**PROMPT:**
Below are the records; output them exactly from the first line through the line with "Line((-2.05, 2.5), (-2.05, -2.5))", stopping there.

**INPUT RECORDS:**

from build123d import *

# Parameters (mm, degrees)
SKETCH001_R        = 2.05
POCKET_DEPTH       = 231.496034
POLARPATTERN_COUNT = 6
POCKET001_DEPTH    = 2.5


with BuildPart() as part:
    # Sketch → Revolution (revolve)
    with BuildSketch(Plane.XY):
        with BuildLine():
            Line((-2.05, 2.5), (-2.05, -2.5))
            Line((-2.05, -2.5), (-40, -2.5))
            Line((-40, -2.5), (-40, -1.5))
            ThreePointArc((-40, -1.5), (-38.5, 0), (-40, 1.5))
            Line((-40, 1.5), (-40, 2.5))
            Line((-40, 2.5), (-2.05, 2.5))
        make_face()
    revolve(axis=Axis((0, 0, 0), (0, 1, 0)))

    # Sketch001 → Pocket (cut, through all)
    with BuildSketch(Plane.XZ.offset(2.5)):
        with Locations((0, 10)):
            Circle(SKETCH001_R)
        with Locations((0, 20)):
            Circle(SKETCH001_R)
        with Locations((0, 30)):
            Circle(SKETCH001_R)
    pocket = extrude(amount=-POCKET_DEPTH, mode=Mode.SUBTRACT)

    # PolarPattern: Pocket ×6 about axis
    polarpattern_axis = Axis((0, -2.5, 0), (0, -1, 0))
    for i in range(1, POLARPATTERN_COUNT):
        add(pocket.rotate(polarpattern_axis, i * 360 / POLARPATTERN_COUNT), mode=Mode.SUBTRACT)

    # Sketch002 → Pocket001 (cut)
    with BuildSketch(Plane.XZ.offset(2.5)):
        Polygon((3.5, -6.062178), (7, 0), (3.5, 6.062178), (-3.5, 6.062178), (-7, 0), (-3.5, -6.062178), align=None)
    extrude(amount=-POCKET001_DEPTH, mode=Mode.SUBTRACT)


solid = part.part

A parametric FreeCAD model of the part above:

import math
import FreeCAD as App
import Part
import Sketcher
Q = App.Units.Quantity


def add_polygon(sketch, points):
    """Adds a closed chain of lines whose ends are joined by coincident constraints."""
    first, n = sketch.GeometryCount, len(points)
    for a, b in zip(points, points[1:] + points[:1]):
        sketch.addGeometry(Part.LineSegment(App.Vector(*a, 0), App.Vector(*b, 0)), False)
    for i in range(n):
        sketch.addConstraint(Sketcher.Constraint("Coincident", first + i, 2, first + (i + 1) % n, 1))

doc = App.newDocument("Part")
body = doc.addObject("PartDesign::Body", "Body")

# Sketch on XY plane
sketch1 = doc.addObject("Sketcher::SketchObject", "Sketch")
body.addObject(sketch1)
sketch1.AttachmentSupport = (doc.XY_Plane, [""])
sketch1.MapMode = "FlatFace"
sketch1.addGeometry([
    Part.LineSegment(App.Vector(-2, -2.5, 0), App.Vector(-2, 2.5, 0)),  # 0
    Part.LineSegment(App.Vector(-2, 2.5, 0), App.Vector(-40, 2.5, 0)),  # 1
    Part.LineSegment(App.Vector(-40, 2.5, 0), App.Vector(-40, 1.5, 0)),  # 2
    Part.ArcOfCircle(Part.Circle(App.Vector(-40, 0, 0), App.Vector(0, 0, 1), 1.5), math.radians(-90), math.radians(90)),  # 3
    Part.LineSegment(App.Vector(-40, -1.5, 0), App.Vector(-40, -2.5, 0)),  # 4
    Part.LineSegment(App.Vector(-40, -2.5, 0), App.Vector(-2, -2.5, 0)),  # 5
], False)
sketch1.addConstraint([
    Sketcher.Constraint("Coincident", 0, 2, 1, 1),
    Sketcher.Constraint("Coincident", 1, 2, 2, 1),
    Sketcher.Constraint("Coincident", 2, 2, 3, 2),
    Sketcher.Constraint("Coincident", 3, 1, 4, 1),
    Sketcher.Constraint("Coincident", 4, 2, 5, 1),
    Sketcher.Constraint("Coincident", 5, 2, 0, 1),
    Sketcher.Constraint("Vertical", 0),
    Sketcher.Constraint("Horizontal", 1),
    Sketcher.Constraint("Vertical", 2),
    Sketcher.Constraint("Vertical", 4),
    Sketcher.Constraint("Horizontal", 5),
    Sketcher.Constraint("Symmetric", 2, 2, 3, 1, -1),
    Sketcher.Constraint("Vertical", 3, 3, 1, 2),
    Sketcher.Constraint("Equal", 2, 4),
    Sketcher.Constraint("Radius", 3, 1.5),
    Sketcher.Constraint("DistanceY", 0, 1, 0, 2, 5.0),
    Sketcher.Constraint("DistanceX", 3, 3, -1, 1, 40.0),
    Sketcher.Constraint("DistanceX", 1, 2, 1, 1, 37.95),
])
revolution = doc.addObject("PartDesign::Revolution", "Revolution")
body.addObject(revolution)
revolution.Profile = sketch1
revolution.ReferenceAxis = (sketch1, ["V_Axis"])
revolution.Angle = 360

# Sketch on XZ plane
sketch2 = doc.addObject("Sketcher::SketchObject", "Sketch001")
body.addObject(sketch2)
sketch2.AttachmentSupport = (doc.XZ_Plane, [""])
sketch2.MapMode = "FlatFace"
sketch2.AttachmentOffset = App.Placement(App.Vector(0, 0, 2.5), App.Rotation())
sketch2.addGeometry([
    Part.Circle(App.Vector(0, 10, 0), App.Vector(0, 0, 1), 2),
    Part.Circle(App.Vector(0, 20, 0), App.Vector(0, 0, 1), 2),
    Part.Circle(App.Vector(0, 30, 0), App.Vector(0, 0, 1), 2),
], False)
sketch2.addConstraint([
    Sketcher.Constraint("Equal", 0, 1),
    Sketcher.Constraint("Equal", 1, 2),
    Sketcher.Constraint("PointOnObject", 0, 3, -2),
    Sketcher.Constraint("PointOnObject", 1, 3, -2),
    Sketcher.Constraint("PointOnObject", 2, 3, -2),
    Sketcher.Constraint("Diameter", 0, 4.1),
    Sketcher.Constraint("DistanceY", -1, 1, 0, 3, 10.0),
    Sketcher.Constraint("DistanceY", -1, 1, 1, 3, 20.0),
    Sketcher.Constraint("DistanceY", -1, 1, 2, 3, 30.0),
])
pocket1 = doc.addObject("PartDesign::Pocket", "Pocket")
body.addObject(pocket1)
pocket1.Profile = sketch2
pocket1.Type = "ThroughAll"
doc.recompute()

polarpattern = doc.addObject("PartDesign::PolarPattern", "PolarPattern")
body.addObject(polarpattern)
polarpattern.Originals = [pocket1]
polarpattern.Axis = (doc.Y_Axis, [""])
polarpattern.Angle = 360
polarpattern.Occurrences = 6
body.Tip = polarpattern

# Sketch on XZ plane
sketch3 = doc.addObject("Sketcher::SketchObject", "Sketch002")
body.addObject(sketch3)
sketch3.AttachmentSupport = (doc.XZ_Plane, [""])
sketch3.MapMode = "FlatFace"
sketch3.AttachmentOffset = App.Placement(App.Vector(0, 0, 2.5), App.Rotation())
add_polygon(sketch3, [(4, -6), (7, 0), (4, 6), (-4, 6), (-7, 0), (-4, -6)])  # lines 0-5
sketch3.addConstraint([
    Sketcher.Constraint("Horizontal", 2),
    Sketcher.Constraint("Horizontal", 5),
    Sketcher.Constraint("Symmetric", 0, 2, 3, 2, -1, 1),
    Sketcher.Constraint("Symmetric", 1, 2, 4, 2, -1, 1),
    Sketcher.Constraint("PointOnObject", 0, 2, -1),
    Sketcher.Constraint("Parallel", 0, 3),
    Sketcher.Constraint("Vertical", 2, 2, 4, 2),
    Sketcher.Constraint("DistanceX", 2, 2, 2, 1, 7.0),
    Sketcher.Constraint("Angle", 0, Q("60.000001 deg")),
    Sketcher.Constraint("Distance", 0, 7.0),
])
pocket2 = doc.addObject("PartDesign::Pocket", "Pocket001")
body.addObject(pocket2)
pocket2.Profile = sketch3
pocket2.Length = 2.5

doc.recompute()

**ANSWER:**
from build123d import *

# Parameters (mm, degrees)
SKETCH001_R        = 2.05
POCKET_DEPTH       = 231.496034
POLARPATTERN_COUNT = 6
POCKET001_DEPTH    = 2.5


with BuildPart() as part:
    # Sketch → Revolution (revolve)
    with BuildSketch(Plane.XY):
        with BuildLine():
            Line((-2.05, 2.5), (-2.05, -2.5))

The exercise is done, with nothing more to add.